When this happens, Example.get_aligned_spans_x2y skips the span entirely! I believe that this specifically occurs when Example._get_aligned_spans checks that the text of the newly aligned span matches the text of the original, unaligned span:
https://github.com/explosion/spaCy/blob/ddffd096024004f27a0dee3701dc248c4647b3a7/spacy/training/example.pyx#L315-L319
This behavior is understandable, since there's not really a "right" thing to do here, but in the context of Scorer.score_spans, this results in unaligned predicted spans being ignored.
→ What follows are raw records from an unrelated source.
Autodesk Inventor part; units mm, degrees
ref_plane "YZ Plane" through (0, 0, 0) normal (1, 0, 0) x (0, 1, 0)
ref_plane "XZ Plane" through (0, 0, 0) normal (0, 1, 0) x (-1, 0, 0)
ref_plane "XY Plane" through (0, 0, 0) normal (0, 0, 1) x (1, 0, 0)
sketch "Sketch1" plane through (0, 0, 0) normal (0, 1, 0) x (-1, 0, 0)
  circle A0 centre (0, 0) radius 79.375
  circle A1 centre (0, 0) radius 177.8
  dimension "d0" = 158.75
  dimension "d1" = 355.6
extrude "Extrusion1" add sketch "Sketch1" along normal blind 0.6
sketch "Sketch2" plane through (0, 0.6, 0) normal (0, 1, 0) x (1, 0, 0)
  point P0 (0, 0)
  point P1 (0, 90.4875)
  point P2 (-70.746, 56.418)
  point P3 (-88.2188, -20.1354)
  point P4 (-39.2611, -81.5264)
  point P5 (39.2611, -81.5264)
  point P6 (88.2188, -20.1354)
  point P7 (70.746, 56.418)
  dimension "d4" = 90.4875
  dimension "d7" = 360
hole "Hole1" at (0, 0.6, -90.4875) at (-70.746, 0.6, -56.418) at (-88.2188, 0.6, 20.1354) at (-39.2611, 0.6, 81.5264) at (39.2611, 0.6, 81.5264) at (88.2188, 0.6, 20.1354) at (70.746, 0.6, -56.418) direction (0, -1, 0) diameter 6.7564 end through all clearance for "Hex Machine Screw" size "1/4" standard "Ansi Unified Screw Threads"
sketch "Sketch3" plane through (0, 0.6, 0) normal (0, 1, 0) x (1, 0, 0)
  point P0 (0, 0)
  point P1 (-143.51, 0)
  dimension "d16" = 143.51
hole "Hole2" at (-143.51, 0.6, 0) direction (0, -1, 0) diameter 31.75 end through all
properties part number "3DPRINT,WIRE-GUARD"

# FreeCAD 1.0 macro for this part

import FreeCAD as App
import Part
import Sketcher
from FreeCAD import Vector
Q = App.Units.Quantity

doc = App.newDocument("Part")
params = doc.addObject("Spreadsheet::Sheet", "Params")
for row, (alias, value) in enumerate([
    ("sketch1_diameter", "14 in"),
    ("sketch1_diameter2", "6.25 in"),
    ("pad1_length", "0.6 mm"),
    ("sketch2_diameter", "0.266 in"),
    ("hole_diameter", "0.266 in"),
    ("sketch3_diameter", "1.25 in"),
    ("hole2_diameter", "1.25 in"),
], start=1):
    params.set(f"A{row}", alias)
    params.set(f"B{row}", "=" + value)
    params.setAlias(f"B{row}", alias)

body = doc.addObject("PartDesign::Body", "Body")

sketch1 = body.newObject("Sketcher::SketchObject", "Sketch")
sketch1.AttachmentSupport = (doc.getObject("XZ_Plane"), [""])
sketch1.MapMode = "FlatFace"
sketch1.addGeometry([
    Part.Circle(Vector(0, 0, 0), Vector(0, 0, 1), 178),
    Part.Circle(Vector(0, 0, 0), Vector(0, 0, 1), 79),
], False)
sketch1.addConstraint([
    Sketcher.Constraint("Coincident", 0, 3, -1, 1),
    Sketcher.Constraint("Coincident", 1, 3, -1, 1),
    Sketcher.Constraint("Diameter", 0, Q("14 in")),
    Sketcher.Constraint("Diameter", 1, Q("6.25 in")),
])
sketch1.setExpression("Constraints[2]", "Params.sketch1_diameter")
sketch1.setExpression("Constraints[3]", "Params.sketch1_diameter2")
pad1 = body.newObject("PartDesign::Pad", "Pad")
pad1.Profile = sketch1
pad1.setExpression("Length", "Params.pad1_length")
pad1.Reversed = True

sketch2 = body.newObject("Sketcher::SketchObject", "Sketch001")
sketch2.AttachmentSupport = (doc.getObject("XZ_Plane"), [""])
sketch2.MapMode = "FlatFace"
sketch2.AttachmentOffset = App.Placement(Vector(0, 0, -0.6), App.Rotation())
sketch2.addGeometry([
    Part.Circle(Vector(0, -90.5, 0), Vector(0, 0, 1), 3.4),
    Part.Circle(Vector(-70.7, -56.4, 0), Vector(0, 0, 1), 3.4),
    Part.Circle(Vector(-88.2, 20.1, 0), Vector(0, 0, 1), 3.4),
    Part.Circle(Vector(-39.3, 81.5, 0), Vector(0, 0, 1), 3.4),
    Part.Circle(Vector(39.3, 81.5, 0), Vector(0, 0, 1), 3.4),
    Part.Circle(Vector(88.2, 20.1, 0), Vector(0, 0, 1), 3.4),
    Part.Circle(Vector(70.7, -56.4, 0), Vector(0, 0, 1), 3.4),
], False)
sketch2.addConstraint([
    Sketcher.Constraint("Equal", 0, 1),
    Sketcher.Constraint("Equal", 1, 2),
    Sketcher.Constraint("Equal", 2, 3),
    Sketcher.Constraint("Equal", 3, 4),
    Sketcher.Constraint("Equal", 4, 5),
    Sketcher.Constraint("Equal", 5, 6),
    Sketcher.Constraint("Symmetric", 3, 3, 4, 3, -2),
    Sketcher.Constraint("Symmetric", 2, 3, 5, 3, -2),
    Sketcher.Constraint("Symmetric", 1, 3, 6, 3, -2),
    Sketcher.Constraint("PointOnObject", 0, 3, -2),
    Sketcher.Constraint("Diameter", 0, Q("0.266 in")),
    Sketcher.Constraint("DistanceY", 0, 3, -1, 1, Q("3.5625 in")),
    Sketcher.Constraint("DistanceX", 1, 3, 4, 3, Q("4.331 in")),
    Sketcher.Constraint("DistanceY", -1, 1, 3, 3, Q("3.2097 in")),
    Sketcher.Constraint("DistanceX", 2, 3, 1, 3, Q("0.6879 in")),
    Sketcher.Constraint("DistanceX", 1, 3, -1, 1, 70.746),
    Sketcher.Constraint("DistanceY", 1, 3, -1, 1, 56.418),
    Sketcher.Constraint("DistanceY", -1, 1, 2, 3, 20.1354),
])
sketch2.setExpression("Constraints[10]", "Params.sketch2_diameter")
doc.recompute()
hole = body.newObject("PartDesign::Hole", "Hole")
hole.Profile = sketch2
hole.ThreadType = "None"
hole.setExpression("Diameter", "Params.hole_diameter")
hole.DepthType = "ThroughAll"
hole.Reversed = True

sketch3 = body.newObject("Sketcher::SketchObject", "Sketch002")
sketch3.AttachmentSupport = (doc.getObject("XZ_Plane"), [""])
sketch3.MapMode = "FlatFace"
sketch3.AttachmentOffset = App.Placement(Vector(0, 0, -0.6), App.Rotation())
sketch3.addGeometry(Part.Circle(Vector(-144, 0, 0), Vector(0, 0, 1), 16), False)
sketch3.addConstraint([
    Sketcher.Constraint("PointOnObject", 0, 3, -1),
    Sketcher.Constraint("Diameter", 0, Q("1.25 in")),
    Sketcher.Constraint("DistanceX", 0, 3, -1, 1, Q("5.65 in")),
])
sketch3.setExpression("Constraints[1]", "Params.sketch3_diameter")
doc.recompute()
hole2 = body.newObject("PartDesign::Hole", "Hole001")
hole2.Profile = sketch3
hole2.ThreadType = "None"
hole2.setExpression("Diameter", "Params.hole2_diameter")
hole2.DepthType = "ThroughAll"
hole2.Reversed = True

doc.recompute()
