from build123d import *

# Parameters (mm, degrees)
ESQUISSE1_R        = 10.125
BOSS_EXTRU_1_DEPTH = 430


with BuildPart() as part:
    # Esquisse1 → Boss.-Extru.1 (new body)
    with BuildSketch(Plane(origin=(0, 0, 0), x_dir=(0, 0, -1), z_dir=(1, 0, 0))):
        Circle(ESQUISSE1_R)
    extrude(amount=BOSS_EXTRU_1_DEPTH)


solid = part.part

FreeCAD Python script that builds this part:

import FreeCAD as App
import Part
import Sketcher
from FreeCAD import Vector

doc = App.newDocument("Part")
body = doc.addObject("PartDesign::Body", "Body")

sketch1 = doc.addObject("Sketcher::SketchObject", "Sketch")
body.addObject(sketch1)
sketch1.AttachmentSupport = (doc.YZ_Plane, [""])
sketch1.MapMode = "FlatFace"
sketch1.addGeometry(Part.Circle(Vector(0, 0, 0), Vector(0, 0, 1), 10.125), False)
sketch1.addConstraint(Sketcher.Constraint("Coincident", 0, 3, -1, 1))
sketch1.addConstraint(Sketcher.Constraint("Diameter", 0, 20.25))
pad1 = doc.addObject("PartDesign::Pad", "Pad")
body.addObject(pad1)
pad1.Profile = sketch1
pad1.Length = 430

doc.recompute()
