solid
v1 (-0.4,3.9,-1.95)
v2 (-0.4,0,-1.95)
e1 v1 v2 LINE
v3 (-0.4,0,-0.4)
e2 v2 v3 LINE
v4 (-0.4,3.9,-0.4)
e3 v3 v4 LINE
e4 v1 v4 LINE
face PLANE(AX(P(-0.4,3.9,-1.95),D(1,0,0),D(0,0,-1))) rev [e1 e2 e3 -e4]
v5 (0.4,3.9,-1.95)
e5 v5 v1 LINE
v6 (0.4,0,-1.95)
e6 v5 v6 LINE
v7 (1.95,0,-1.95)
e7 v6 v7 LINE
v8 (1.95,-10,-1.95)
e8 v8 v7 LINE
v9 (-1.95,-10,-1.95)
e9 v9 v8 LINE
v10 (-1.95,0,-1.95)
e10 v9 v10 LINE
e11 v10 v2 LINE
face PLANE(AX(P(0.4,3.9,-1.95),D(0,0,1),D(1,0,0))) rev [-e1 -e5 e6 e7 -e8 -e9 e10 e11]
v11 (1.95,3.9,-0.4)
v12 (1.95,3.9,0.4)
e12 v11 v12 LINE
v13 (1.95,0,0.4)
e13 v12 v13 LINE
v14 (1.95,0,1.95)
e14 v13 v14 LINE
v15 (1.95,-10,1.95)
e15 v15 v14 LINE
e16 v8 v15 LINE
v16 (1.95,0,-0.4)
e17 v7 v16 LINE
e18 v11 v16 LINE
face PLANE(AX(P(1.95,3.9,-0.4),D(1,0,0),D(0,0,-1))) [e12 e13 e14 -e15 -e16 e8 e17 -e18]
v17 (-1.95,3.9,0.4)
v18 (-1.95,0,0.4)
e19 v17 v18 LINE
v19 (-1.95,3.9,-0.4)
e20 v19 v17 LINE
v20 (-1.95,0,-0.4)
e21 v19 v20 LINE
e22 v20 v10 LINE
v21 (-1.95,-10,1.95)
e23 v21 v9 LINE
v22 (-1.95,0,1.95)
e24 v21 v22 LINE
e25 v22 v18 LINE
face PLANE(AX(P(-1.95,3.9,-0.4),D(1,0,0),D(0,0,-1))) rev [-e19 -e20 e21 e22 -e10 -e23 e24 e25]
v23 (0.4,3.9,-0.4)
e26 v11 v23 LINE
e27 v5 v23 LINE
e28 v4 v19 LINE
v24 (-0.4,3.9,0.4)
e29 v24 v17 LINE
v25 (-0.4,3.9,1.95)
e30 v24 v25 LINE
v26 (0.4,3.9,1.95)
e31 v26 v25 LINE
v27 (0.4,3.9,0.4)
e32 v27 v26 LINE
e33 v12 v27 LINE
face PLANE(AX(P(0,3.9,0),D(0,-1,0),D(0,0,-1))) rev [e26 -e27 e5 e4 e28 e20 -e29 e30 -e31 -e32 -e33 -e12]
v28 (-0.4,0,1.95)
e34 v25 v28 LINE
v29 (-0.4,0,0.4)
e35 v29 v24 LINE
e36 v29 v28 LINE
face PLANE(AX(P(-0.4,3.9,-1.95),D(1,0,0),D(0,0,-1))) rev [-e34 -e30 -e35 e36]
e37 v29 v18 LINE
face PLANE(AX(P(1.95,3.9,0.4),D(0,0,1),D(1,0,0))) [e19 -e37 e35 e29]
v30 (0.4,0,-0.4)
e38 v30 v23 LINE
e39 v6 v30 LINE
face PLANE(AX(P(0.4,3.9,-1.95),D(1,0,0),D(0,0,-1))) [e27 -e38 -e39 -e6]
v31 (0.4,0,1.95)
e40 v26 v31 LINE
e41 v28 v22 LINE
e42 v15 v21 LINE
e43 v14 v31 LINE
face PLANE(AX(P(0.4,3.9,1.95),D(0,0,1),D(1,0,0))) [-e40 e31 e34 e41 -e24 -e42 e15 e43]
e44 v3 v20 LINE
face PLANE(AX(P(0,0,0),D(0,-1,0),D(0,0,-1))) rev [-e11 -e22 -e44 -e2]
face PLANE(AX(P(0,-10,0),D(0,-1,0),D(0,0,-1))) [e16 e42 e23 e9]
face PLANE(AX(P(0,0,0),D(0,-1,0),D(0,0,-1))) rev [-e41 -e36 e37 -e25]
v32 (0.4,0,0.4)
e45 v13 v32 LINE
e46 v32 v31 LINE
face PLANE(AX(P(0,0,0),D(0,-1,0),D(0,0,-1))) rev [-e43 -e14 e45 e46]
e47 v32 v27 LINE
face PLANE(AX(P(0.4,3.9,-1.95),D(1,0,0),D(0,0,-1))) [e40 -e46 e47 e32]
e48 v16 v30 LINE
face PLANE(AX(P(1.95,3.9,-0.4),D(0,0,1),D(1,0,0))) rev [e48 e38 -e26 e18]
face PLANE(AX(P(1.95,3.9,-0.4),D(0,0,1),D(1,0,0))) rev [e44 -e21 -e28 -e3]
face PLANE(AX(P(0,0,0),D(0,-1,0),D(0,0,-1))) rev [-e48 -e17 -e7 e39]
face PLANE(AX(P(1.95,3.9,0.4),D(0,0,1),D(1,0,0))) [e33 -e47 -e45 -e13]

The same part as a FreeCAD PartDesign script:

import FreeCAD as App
import Part
import Sketcher

doc = App.newDocument("Part")
params = doc.addObject("Spreadsheet::Sheet", "Params")
for row, (alias, value) in enumerate([
    ("sketch1_width", "0.8 mm"),
    ("sketch1_width2", "1.55 mm"),
    ("pad1_length", "3.9 mm"),
    ("sketch2_width", "3.9 mm"),
    ("pad2_length", "10 mm"),
], start=1):
    params.set(f"A{row}", alias)
    params.set(f"B{row}", "=" + value)
    params.setAlias(f"B{row}", alias)

body = doc.addObject("PartDesign::Body", "Body")

sketch1 = body.newObject("Sketcher::SketchObject", "Sketch")
sketch1.AttachmentSupport = (doc.getObject("XZ_Plane"), [""])
sketch1.MapMode = "FlatFace"
sketch1.addGeometry(Part.LineSegment(App.Vector(0.4, -0.4, 0), App.Vector(0.4, -1.9, 0)), False)
sketch1.addGeometry(Part.LineSegment(App.Vector(0.4, -1.9, 0), App.Vector(-0.4, -1.9, 0)), False)
sketch1.addGeometry(Part.LineSegment(App.Vector(-0.4, -1.9, 0), App.Vector(-0.4, -0.4, 0)), False)
sketch1.addGeometry(Part.LineSegment(App.Vector(-0.4, -0.4, 0), App.Vector(-1.9, -0.4, 0)), False)
sketch1.addGeometry(Part.LineSegment(App.Vector(-1.9, -0.4, 0), App.Vector(-1.9, 0.4, 0)), False)
sketch1.addGeometry(Part.LineSegment(App.Vector(-1.9, 0.4, 0), App.Vector(-0.4, 0.4, 0)), False)
sketch1.addGeometry(Part.LineSegment(App.Vector(-0.4, 0.4, 0), App.Vector(-0.4, 1.9, 0)), False)
sketch1.addGeometry(Part.LineSegment(App.Vector(-0.4, 1.9, 0), App.Vector(0.4, 1.9, 0)), False)
sketch1.addGeometry(Part.LineSegment(App.Vector(0.4, 1.9, 0), App.Vector(0.4, 0.4, 0)), False)
sketch1.addGeometry(Part.LineSegment(App.Vector(0.4, 0.4, 0), App.Vector(1.9, 0.4, 0)), False)
sketch1.addGeometry(Part.LineSegment(App.Vector(1.9, 0.4, 0), App.Vector(1.9, -0.4, 0)), False)
sketch1.addGeometry(Part.LineSegment(App.Vector(1.9, -0.4, 0), App.Vector(0.4, -0.4, 0)), False)
sketch1.addConstraint(Sketcher.Constraint("Coincident", 0, 2, 1, 1))
sketch1.addConstraint(Sketcher.Constraint("Coincident", 1, 2, 2, 1))
sketch1.addConstraint(Sketcher.Constraint("Coincident", 2, 2, 3, 1))
sketch1.addConstraint(Sketcher.Constraint("Coincident", 3, 2, 4, 1))
sketch1.addConstraint(Sketcher.Constraint("Coincident", 4, 2, 5, 1))
sketch1.addConstraint(Sketcher.Constraint("Coincident", 5, 2, 6, 1))
sketch1.addConstraint(Sketcher.Constraint("Coincident", 6, 2, 7, 1))
sketch1.addConstraint(Sketcher.Constraint("Coincident", 7, 2, 8, 1))
sketch1.addConstraint(Sketcher.Constraint("Coincident", 8, 2, 9, 1))
sketch1.addConstraint(Sketcher.Constraint("Coincident", 9, 2, 10, 1))
sketch1.addConstraint(Sketcher.Constraint("Coincident", 10, 2, 11, 1))
sketch1.addConstraint(Sketcher.Constraint("Coincident", 11, 2, 0, 1))
sketch1.addConstraint(Sketcher.Constraint("Vertical", 0))
sketch1.addConstraint(Sketcher.Constraint("Horizontal", 1))
sketch1.addConstraint(Sketcher.Constraint("Vertical", 2))
sketch1.addConstraint(Sketcher.Constraint("Horizontal", 3))
sketch1.addConstraint(Sketcher.Constraint("Vertical", 4))
sketch1.addConstraint(Sketcher.Constraint("Horizontal", 5))
sketch1.addConstraint(Sketcher.Constraint("Vertical", 6))
sketch1.addConstraint(Sketcher.Constraint("Horizontal", 7))
sketch1.addConstraint(Sketcher.Constraint("Vertical", 8))
sketch1.addConstraint(Sketcher.Constraint("Horizontal", 9))
sketch1.addConstraint(Sketcher.Constraint("Vertical", 10))
sketch1.addConstraint(Sketcher.Constraint("Horizontal", 11))
sketch1.addConstraint(Sketcher.Constraint("Symmetric", 0, 2, 6, 2, -1, 1))
sketch1.addConstraint(Sketcher.Constraint("Symmetric", 2, 2, 8, 2, -1, 1))
sketch1.addConstraint(Sketcher.Constraint("Symmetric", 4, 2, 10, 2, -1, 1))
sketch1.addConstraint(Sketcher.Constraint("Symmetric", 5, 2, 8, 2, -2))
sketch1.addConstraint(Sketcher.Constraint("Equal", 11, 0))
sketch1.addConstraint(Sketcher.Constraint("Equal", 7, 4))
sketch1.addConstraint(Sketcher.Constraint("DistanceX", 1, 2, 1, 1, 0.8))
sketch1.addConstraint(Sketcher.Constraint("DistanceX", 3, 2, 3, 1, 1.55))
sketch1.setExpression("Constraints[30]", "Params.sketch1_width")
sketch1.setExpression("Constraints[31]", "Params.sketch1_width2")
pad1 = body.newObject("PartDesign::Pad", "Pad")
pad1.Profile = sketch1
pad1.setExpression("Length", "Params.pad1_length")
pad1.Reversed = True

sketch2 = body.newObject("Sketcher::SketchObject", "Sketch001")
sketch2.AttachmentSupport = (doc.getObject("XZ_Plane"), [""])
sketch2.MapMode = "FlatFace"
sketch2.addGeometry(Part.LineSegment(App.Vector(-1.9, 1.9, 0), App.Vector(-1.9, -1.9, 0)), False)
sketch2.addGeometry(Part.LineSegment(App.Vector(-1.9, -1.9, 0), App.Vector(1.9, -1.9, 0)), False)
sketch2.addGeometry(Part.LineSegment(App.Vector(1.9, -1.9, 0), App.Vector(1.9, 1.9, 0)), False)
sketch2.addGeometry(Part.LineSegment(App.Vector(1.9, 1.9, 0), App.Vector(-1.9, 1.9, 0)), False)
sketch2.addConstraint(Sketcher.Constraint("Coincident", 0, 2, 1, 1))
sketch2.addConstraint(Sketcher.Constraint("Coincident", 1, 2, 2, 1))
sketch2.addConstraint(Sketcher.Constraint("Coincident", 2, 2, 3, 1))
sketch2.addConstraint(Sketcher.Constraint("Coincident", 3, 2, 0, 1))
sketch2.addConstraint(Sketcher.Constraint("Vertical", 0))
sketch2.addConstraint(Sketcher.Constraint("Horizontal", 1))
sketch2.addConstraint(Sketcher.Constraint("Vertical", 2))
sketch2.addConstraint(Sketcher.Constraint("Horizontal", 3))
sketch2.addConstraint(Sketcher.Constraint("Symmetric", 0, 2, 2, 2, -1, 1))
sketch2.addConstraint(Sketcher.Constraint("Equal", 3, 0))
sketch2.addConstraint(Sketcher.Constraint("DistanceX", 1, 1, 1, 2, 3.9))
sketch2.setExpression("Constraints[10]", "Params.sketch2_width")
pad2 = body.newObject("PartDesign::Pad", "Pad001")
pad2.Profile = sketch2
pad2.setExpression("Length", "Params.pad2_length")

doc.recompute()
As a result, these spans aren't treated as false positives as they should be.
Here's a code snippet that demonstrates this behavior with some constructed examples:
from typing import Optional
import spacy
def create_annotated_doc(nlp: spacy.language.Language, text: str, span_char_range: Optional[tuple[int, int]]) -> spacy.tokens.Doc:
"""Create a doc with an optional span, retokenizing if necessary."""
# Convert the text to a doc
doc = nlp(text)
# Initialize the span group container
doc.spans["sc"] = []
# If no span was requested, return immediately
if span_char_range is None:
return doc
# Extract the span attributes
span_start, span_end = span_char_range
# Check if the span is aligned with the doc's tokens
token_starts = {token.idx for token in doc}
token_ends = {token.idx + len(token.text) for token in doc}
if span_start not in token_starts or span_end not in token_ends:
# The span is not aligned with doc tokens, so we need to retokenize the doc
# The general case is too complex for this example, so here we'll assume the doc has only a single
# token with no token trailing spaces
if len(doc) != 1 or doc[0].whitespace_:
raise ValueError("Can't handle doc with more than one token or token trailing whitespace.")
# Retokenize the predicted document into three tokens
with doc.retokenize() as retokenizer:
# Grab the first (and only) token of the doc
token = doc[0]
# Define where we'll split the token
split_indices = [span_start, span_end]
left_indices = [None] + split_indices
right_indices = split_indices + [None]
# Split the token
orths = [token.text[left:right] for left, right in zip(left_indices, right_indices)]
heads = [(token, index) for index in range(len(split_indices) + 1)]
retokenizer.split(token, orths, heads, {})
# Create the span
doc.spans["sc"].append(doc.char_span(span_start, span_end))
return doc
# Create an empty pipeline
nlp = spacy.blank("en")
# Create an example with aligned spans
aligned_reference = create_annotated_doc(nlp, "AAA", (0, 3))
aligned_predicted = create_annotated_doc(nlp, "AAA", (0, 3))
aligned_example = spacy.training.Example(reference=aligned_reference, predicted=aligned_predicted)
# Create an example with unaligned spans
unaligned_reference = create_annotated_doc(nlp, "AAABBBCCC", (0, 3))
unaligned_predicted = create_annotated_doc(nlp, "AAABBBCCC", (3, 6))
unaligned_example = spacy.training.Example(reference=unaligned_reference, predicted=unaligned_predicted)
# Score the examples
scores = spacy.scorer.Scorer.score_spans([aligned_example, unaligned_example], "sc", getter=lambda doc, attr: doc.spans[attr])
# Display the scores
print(scores)
In this example, we should have 1 true positive, 1 false negative and 1 false positive, giving us a precision of 0.5 and recall of 0.5. However, on my machine this script prints:
$ poetry run python test.py
{'sc_p': 1.0, 'sc_r': 0.5, 'sc_f': 0.6666666666666666, 'sc_per_type': {'': {'p': 1.0, 'r': 0.5, 'f': 0.6666666666666666}}}
Incorrectly giving an inflated precision of 1.0.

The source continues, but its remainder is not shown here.